Examples of dub use needed
Mike Parker via Digitalmars-d
digitalmars-d at puremagic.com
Tue Jun 21 01:00:40 PDT 2016
On Tuesday, 21 June 2016 at 04:42:39 UTC, Guido wrote:
> Dub doesn't really work like other package managers. When I
> load a package:
>
> dub fetch scriptlike
>
> It stores it someplace and doesn't say where. You have to run
> 'dub list' to figure out where. That's is very different than
> other packages. It deserves a bigger mention in the meager
> documentation.
DUB is not a general-purpose package manager. It's a build tool
that knows how to manage your package dependencies. Assuming you
are using DUB to manage a project that uses scriptlike, and you
have scriptlike configured as a dependency, you do *not* need to
run dub fetch. When you build your project, DUB will download and
compile scriptlike for you, make sure its source modules are on
your import path, and that it is linked with your executable.

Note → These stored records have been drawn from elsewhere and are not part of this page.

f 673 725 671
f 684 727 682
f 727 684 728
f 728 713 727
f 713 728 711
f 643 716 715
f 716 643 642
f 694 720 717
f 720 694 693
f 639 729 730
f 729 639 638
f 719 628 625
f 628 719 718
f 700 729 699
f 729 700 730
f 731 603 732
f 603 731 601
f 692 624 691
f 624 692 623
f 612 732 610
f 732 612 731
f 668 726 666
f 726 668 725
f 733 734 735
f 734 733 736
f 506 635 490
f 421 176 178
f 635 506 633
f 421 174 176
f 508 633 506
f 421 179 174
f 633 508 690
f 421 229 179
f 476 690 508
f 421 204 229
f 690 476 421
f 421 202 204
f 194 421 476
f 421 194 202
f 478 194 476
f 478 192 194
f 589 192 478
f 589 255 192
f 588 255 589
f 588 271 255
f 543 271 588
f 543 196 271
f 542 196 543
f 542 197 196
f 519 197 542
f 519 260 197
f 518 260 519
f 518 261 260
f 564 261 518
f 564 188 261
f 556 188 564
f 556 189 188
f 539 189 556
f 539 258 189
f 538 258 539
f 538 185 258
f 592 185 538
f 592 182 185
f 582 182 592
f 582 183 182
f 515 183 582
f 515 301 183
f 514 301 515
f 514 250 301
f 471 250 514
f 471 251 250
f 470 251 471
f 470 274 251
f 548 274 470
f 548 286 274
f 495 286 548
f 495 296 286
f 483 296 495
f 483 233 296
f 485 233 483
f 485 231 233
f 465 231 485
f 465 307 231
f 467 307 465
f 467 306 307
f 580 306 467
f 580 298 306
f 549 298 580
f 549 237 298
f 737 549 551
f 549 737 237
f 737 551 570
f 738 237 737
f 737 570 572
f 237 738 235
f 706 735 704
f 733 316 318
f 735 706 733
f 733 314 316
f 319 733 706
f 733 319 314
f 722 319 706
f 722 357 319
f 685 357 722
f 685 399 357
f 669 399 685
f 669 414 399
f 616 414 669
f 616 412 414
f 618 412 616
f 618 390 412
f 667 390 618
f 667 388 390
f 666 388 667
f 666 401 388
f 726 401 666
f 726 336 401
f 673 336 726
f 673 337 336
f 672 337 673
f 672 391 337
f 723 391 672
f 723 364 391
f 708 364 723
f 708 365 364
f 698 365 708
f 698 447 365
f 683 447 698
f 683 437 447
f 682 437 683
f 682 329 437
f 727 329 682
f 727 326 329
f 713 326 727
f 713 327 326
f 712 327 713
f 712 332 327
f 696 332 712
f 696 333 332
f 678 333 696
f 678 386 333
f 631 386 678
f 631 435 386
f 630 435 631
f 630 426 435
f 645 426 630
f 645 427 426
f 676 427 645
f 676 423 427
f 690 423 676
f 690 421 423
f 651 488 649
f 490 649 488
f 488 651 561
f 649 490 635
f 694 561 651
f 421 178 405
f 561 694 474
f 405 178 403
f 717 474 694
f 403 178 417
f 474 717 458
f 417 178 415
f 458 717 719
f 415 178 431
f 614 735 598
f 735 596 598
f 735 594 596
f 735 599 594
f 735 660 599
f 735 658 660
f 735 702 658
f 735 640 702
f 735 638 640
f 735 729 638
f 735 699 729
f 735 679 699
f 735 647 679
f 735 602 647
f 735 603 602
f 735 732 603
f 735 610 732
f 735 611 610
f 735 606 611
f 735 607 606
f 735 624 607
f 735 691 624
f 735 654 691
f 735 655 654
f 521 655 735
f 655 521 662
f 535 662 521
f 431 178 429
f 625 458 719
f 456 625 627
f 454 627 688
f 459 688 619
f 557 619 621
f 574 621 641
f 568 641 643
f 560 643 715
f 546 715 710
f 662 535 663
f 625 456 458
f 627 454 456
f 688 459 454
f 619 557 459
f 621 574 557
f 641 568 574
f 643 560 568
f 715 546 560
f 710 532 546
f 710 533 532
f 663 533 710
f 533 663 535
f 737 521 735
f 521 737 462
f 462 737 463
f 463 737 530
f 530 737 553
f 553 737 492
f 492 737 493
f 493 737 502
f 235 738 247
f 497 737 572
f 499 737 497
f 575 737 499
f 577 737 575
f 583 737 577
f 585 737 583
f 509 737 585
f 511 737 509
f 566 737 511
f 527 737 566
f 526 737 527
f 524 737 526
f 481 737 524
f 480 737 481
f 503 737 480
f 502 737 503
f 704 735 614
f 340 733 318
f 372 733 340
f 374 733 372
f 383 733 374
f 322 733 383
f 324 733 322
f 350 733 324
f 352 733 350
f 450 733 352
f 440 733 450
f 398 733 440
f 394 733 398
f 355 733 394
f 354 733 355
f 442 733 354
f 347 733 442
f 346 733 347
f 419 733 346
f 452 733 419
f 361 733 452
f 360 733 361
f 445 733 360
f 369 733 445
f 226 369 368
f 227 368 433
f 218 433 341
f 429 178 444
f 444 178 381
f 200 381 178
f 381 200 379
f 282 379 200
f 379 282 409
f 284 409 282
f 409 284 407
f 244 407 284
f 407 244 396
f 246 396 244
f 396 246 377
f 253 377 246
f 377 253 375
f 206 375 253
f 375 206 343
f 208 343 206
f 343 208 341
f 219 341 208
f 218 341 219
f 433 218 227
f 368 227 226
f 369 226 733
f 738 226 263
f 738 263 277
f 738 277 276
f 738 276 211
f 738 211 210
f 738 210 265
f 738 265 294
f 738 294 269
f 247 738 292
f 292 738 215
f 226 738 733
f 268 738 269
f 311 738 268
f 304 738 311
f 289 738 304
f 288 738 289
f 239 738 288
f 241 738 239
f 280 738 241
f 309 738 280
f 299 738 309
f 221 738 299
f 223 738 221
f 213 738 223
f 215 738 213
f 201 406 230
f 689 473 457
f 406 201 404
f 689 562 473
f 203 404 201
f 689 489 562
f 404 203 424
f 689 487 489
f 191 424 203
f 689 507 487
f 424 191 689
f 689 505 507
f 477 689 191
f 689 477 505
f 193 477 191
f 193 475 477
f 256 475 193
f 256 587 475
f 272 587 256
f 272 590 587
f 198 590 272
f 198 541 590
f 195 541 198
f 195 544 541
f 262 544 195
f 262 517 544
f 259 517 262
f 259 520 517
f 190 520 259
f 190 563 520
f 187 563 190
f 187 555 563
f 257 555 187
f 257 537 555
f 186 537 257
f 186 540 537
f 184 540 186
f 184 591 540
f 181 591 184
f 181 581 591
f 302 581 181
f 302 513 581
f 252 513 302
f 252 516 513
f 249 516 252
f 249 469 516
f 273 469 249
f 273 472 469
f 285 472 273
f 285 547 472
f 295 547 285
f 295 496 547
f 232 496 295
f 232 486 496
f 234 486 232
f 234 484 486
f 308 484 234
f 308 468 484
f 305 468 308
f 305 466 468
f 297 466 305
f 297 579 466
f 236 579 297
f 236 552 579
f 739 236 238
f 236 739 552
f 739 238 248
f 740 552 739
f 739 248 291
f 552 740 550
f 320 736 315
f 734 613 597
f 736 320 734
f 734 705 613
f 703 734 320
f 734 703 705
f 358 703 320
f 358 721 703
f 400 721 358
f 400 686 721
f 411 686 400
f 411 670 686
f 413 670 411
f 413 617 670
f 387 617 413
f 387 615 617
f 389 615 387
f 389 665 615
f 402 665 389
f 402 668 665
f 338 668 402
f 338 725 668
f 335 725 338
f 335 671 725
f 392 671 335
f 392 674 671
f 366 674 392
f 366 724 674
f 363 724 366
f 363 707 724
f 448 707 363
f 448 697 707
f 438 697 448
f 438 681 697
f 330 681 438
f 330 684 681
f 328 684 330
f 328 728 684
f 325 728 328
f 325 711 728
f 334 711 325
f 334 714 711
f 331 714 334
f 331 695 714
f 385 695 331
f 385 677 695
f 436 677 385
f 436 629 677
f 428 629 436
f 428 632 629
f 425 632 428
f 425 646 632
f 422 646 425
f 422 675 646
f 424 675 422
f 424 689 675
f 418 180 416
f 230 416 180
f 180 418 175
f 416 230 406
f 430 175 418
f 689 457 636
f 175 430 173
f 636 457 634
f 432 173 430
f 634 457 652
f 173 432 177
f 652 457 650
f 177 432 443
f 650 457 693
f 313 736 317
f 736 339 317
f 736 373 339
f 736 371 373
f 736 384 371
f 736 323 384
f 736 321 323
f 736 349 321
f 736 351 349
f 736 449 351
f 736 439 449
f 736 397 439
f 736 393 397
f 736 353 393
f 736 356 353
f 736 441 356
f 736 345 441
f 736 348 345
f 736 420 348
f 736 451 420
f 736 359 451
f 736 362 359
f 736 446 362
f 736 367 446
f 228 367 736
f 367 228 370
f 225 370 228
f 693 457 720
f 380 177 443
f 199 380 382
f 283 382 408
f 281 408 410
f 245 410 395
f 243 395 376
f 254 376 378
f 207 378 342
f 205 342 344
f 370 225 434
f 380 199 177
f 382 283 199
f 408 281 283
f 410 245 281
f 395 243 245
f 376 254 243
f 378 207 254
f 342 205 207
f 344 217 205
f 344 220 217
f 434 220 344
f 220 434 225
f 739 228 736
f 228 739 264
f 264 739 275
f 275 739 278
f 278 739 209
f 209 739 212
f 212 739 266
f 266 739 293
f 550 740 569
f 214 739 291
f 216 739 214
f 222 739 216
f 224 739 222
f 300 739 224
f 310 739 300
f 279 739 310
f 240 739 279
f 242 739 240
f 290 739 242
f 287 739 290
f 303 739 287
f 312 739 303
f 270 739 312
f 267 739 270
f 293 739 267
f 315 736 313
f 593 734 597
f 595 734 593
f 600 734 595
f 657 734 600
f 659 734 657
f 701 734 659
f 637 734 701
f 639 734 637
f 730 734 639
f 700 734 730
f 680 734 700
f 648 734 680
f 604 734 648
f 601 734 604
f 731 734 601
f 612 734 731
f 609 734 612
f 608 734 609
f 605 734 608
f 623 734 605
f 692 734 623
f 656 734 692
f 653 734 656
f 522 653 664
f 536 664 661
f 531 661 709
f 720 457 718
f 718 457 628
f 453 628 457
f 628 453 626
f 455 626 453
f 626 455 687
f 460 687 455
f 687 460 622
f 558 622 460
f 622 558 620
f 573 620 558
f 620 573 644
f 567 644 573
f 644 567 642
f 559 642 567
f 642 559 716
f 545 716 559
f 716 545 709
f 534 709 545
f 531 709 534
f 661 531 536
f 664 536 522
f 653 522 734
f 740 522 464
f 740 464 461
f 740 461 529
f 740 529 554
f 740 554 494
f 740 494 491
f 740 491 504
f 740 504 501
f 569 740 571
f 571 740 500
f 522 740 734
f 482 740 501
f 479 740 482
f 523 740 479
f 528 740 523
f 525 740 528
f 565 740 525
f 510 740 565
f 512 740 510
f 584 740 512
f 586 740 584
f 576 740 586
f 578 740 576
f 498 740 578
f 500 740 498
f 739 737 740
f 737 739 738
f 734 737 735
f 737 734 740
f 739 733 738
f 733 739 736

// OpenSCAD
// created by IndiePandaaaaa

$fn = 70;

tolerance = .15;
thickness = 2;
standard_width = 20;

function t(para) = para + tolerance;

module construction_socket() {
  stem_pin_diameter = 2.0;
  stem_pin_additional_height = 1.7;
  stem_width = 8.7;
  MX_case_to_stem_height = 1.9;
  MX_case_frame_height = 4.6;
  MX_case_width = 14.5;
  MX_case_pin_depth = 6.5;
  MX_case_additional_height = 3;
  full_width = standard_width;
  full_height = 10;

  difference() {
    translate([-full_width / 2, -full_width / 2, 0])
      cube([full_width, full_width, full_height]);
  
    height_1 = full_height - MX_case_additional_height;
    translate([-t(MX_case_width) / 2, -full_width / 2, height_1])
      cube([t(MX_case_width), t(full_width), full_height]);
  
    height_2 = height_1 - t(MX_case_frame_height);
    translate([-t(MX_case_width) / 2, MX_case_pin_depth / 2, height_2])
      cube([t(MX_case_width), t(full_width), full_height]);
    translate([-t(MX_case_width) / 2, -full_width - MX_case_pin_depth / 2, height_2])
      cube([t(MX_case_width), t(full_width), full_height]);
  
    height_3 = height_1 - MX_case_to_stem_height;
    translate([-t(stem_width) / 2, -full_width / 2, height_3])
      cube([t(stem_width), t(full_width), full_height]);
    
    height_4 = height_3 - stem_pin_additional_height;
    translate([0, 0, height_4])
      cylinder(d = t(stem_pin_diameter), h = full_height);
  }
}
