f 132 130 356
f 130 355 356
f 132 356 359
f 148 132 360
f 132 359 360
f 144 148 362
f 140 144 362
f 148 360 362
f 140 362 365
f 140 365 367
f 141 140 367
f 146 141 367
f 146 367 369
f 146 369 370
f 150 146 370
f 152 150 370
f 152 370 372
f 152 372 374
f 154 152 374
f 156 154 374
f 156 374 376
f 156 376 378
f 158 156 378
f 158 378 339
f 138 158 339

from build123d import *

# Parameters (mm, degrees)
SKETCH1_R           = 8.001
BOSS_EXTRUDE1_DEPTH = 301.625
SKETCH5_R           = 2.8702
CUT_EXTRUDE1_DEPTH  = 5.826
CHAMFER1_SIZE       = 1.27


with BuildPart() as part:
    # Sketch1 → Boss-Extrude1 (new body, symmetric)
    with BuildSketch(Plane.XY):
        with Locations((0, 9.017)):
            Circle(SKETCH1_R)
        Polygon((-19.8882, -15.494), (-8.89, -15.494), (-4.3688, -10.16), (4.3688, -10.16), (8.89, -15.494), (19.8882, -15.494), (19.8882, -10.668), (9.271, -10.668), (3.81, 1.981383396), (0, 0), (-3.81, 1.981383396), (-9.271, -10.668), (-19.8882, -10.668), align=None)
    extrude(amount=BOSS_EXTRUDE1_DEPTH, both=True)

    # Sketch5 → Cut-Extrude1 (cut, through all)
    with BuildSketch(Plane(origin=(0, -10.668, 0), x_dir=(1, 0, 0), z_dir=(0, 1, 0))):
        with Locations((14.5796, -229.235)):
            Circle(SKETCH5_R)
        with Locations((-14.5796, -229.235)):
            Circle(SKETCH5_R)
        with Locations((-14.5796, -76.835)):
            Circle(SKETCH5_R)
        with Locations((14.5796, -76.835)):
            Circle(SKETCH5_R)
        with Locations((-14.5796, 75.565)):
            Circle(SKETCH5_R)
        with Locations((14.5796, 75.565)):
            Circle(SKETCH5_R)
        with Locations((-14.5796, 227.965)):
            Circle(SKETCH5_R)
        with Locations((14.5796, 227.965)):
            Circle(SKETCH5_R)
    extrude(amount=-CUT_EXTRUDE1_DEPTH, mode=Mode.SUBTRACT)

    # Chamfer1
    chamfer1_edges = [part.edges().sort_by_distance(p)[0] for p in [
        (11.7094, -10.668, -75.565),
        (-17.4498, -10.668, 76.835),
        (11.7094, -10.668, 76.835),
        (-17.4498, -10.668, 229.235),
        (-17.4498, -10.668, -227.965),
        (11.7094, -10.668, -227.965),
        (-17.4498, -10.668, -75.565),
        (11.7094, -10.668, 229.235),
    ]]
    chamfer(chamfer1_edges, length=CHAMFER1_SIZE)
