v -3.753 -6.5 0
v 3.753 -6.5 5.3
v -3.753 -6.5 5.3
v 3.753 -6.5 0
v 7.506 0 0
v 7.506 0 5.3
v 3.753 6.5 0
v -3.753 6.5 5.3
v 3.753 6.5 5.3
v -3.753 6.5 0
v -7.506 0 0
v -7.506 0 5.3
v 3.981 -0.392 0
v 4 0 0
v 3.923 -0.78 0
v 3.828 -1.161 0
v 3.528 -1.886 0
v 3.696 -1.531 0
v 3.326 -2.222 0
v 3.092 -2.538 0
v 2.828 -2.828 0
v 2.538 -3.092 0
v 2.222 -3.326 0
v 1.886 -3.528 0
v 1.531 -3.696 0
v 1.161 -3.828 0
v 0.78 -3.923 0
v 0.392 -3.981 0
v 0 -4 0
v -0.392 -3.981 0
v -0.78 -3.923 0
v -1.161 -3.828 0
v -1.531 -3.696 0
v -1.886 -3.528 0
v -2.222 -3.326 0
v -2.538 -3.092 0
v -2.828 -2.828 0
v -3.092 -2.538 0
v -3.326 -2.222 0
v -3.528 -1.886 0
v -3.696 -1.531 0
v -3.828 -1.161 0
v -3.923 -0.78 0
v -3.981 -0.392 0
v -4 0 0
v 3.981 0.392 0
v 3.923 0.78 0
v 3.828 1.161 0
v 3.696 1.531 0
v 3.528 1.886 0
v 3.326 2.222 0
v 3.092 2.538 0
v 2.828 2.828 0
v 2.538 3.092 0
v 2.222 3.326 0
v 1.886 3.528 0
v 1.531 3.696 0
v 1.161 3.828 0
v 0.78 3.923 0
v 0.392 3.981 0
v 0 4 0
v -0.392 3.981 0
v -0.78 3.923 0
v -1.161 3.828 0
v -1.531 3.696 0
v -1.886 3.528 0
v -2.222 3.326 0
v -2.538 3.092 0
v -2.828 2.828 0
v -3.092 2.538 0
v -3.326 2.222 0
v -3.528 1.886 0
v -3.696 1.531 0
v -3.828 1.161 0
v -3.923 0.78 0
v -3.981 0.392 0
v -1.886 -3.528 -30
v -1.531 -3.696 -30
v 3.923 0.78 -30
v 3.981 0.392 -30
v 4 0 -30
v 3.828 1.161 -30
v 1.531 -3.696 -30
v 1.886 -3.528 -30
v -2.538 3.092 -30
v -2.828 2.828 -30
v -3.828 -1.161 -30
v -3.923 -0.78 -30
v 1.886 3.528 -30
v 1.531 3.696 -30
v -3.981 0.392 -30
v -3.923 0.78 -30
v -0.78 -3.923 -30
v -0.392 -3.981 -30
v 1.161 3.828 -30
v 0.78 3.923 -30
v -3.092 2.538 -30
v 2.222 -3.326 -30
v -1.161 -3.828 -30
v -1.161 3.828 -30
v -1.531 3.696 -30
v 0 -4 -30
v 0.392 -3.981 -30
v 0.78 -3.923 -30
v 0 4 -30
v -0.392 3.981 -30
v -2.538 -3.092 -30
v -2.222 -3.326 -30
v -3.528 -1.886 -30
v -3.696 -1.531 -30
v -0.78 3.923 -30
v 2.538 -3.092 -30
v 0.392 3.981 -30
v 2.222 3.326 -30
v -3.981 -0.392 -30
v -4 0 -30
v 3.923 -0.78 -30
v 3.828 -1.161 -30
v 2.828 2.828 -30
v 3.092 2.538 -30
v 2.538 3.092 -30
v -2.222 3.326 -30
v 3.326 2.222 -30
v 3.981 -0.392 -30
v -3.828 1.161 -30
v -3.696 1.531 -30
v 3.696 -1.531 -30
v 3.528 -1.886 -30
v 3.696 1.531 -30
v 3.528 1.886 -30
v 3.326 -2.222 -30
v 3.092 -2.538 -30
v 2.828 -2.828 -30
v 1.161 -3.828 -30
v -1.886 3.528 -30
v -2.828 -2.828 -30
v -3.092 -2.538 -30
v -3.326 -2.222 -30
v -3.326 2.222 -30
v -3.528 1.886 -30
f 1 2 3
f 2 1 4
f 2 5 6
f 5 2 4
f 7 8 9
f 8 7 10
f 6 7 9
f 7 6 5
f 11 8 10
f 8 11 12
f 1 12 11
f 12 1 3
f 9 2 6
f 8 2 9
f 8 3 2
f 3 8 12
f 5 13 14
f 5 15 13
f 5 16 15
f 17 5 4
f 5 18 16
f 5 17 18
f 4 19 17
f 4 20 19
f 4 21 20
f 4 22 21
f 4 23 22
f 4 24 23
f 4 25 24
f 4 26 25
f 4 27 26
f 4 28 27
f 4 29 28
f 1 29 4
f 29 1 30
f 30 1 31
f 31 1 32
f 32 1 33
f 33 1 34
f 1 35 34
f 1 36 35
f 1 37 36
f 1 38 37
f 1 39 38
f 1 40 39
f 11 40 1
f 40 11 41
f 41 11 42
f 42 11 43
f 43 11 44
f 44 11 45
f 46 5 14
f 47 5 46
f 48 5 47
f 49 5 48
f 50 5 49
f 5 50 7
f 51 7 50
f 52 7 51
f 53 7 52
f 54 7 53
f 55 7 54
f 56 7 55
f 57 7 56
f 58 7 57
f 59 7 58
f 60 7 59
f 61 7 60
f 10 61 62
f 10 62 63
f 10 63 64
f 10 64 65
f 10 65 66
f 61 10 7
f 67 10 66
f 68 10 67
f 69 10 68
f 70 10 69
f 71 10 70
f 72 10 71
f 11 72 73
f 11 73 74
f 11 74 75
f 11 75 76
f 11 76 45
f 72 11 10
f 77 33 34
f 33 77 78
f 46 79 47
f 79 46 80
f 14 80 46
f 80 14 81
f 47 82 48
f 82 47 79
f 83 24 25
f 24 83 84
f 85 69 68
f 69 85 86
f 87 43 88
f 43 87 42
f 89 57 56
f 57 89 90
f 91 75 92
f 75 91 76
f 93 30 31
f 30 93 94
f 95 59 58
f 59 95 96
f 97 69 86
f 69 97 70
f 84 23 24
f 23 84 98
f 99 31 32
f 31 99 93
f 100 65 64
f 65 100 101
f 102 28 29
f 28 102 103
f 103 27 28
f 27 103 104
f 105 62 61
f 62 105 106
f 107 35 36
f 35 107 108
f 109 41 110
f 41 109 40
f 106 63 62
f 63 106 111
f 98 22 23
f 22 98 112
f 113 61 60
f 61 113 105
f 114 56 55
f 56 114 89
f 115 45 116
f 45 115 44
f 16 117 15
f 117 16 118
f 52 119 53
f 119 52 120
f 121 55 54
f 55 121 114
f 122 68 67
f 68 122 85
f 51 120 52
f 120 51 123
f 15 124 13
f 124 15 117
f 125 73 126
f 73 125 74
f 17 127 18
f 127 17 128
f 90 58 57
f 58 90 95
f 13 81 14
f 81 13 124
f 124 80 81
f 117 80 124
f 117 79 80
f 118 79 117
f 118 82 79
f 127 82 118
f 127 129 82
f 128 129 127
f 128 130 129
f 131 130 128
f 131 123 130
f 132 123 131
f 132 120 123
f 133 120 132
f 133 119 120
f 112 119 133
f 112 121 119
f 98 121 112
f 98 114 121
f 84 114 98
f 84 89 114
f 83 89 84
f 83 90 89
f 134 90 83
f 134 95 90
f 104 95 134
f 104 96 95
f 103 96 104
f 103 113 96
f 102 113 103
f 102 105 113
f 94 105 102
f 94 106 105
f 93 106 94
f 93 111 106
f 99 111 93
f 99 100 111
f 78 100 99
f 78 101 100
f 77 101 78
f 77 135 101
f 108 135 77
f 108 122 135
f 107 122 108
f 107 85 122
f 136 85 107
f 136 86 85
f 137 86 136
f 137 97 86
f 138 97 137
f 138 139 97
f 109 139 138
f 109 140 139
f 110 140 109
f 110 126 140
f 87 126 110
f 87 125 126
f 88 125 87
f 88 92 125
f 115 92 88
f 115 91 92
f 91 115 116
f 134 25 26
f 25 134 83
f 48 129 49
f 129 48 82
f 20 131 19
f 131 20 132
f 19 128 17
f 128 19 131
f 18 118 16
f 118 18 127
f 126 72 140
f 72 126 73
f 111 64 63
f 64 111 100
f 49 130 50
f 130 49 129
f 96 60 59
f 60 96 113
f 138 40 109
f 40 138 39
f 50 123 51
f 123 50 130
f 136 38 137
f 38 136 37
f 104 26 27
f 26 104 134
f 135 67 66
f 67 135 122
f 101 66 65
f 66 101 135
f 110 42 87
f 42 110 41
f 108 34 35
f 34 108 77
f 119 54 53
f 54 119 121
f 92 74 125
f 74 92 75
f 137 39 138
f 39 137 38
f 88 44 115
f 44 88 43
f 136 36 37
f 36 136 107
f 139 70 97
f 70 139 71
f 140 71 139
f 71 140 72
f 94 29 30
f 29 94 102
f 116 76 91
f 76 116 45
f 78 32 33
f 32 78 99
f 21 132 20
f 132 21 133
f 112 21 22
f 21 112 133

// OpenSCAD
$fn = 64;

module m8_hex_bolt() {
    union() {
        // Head: hexagonal prism, across-flats 13mm, height 5.3mm
        // cylinder($fn=6) uses the circumscribed radius, so convert from across-flats.
        translate([0, 0, 0])
            cylinder(h = 5.3, r = 13 / (2 * cos(30)), $fn = 6);

        // Shank: cylindrical shaft, diameter 8mm, length 30mm
        // Head bottom at z=0, shank extends toward negative Z.
        translate([0, 0, -30])
            cylinder(h = 30, d = 8);
    }
}

m8_hex_bolt();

In all the years I've used dub, the only time I've cared about
where its cache is located was when I wanted to zap everything in
it in one go. By default, on Windows, it's currently the roaming
appdata directory (though that is likely to change to the local
appdata dir in a future version), which on Windows 10 is:
C:\Users\User Name\AppData\Roaming\dub
On other systems it should be:
~/.dub
Again, just forget it exists. If you need to worry about
modifying cached packages or pulling the static libraries out or
whatever, use dub fetch --cache=local like I described above.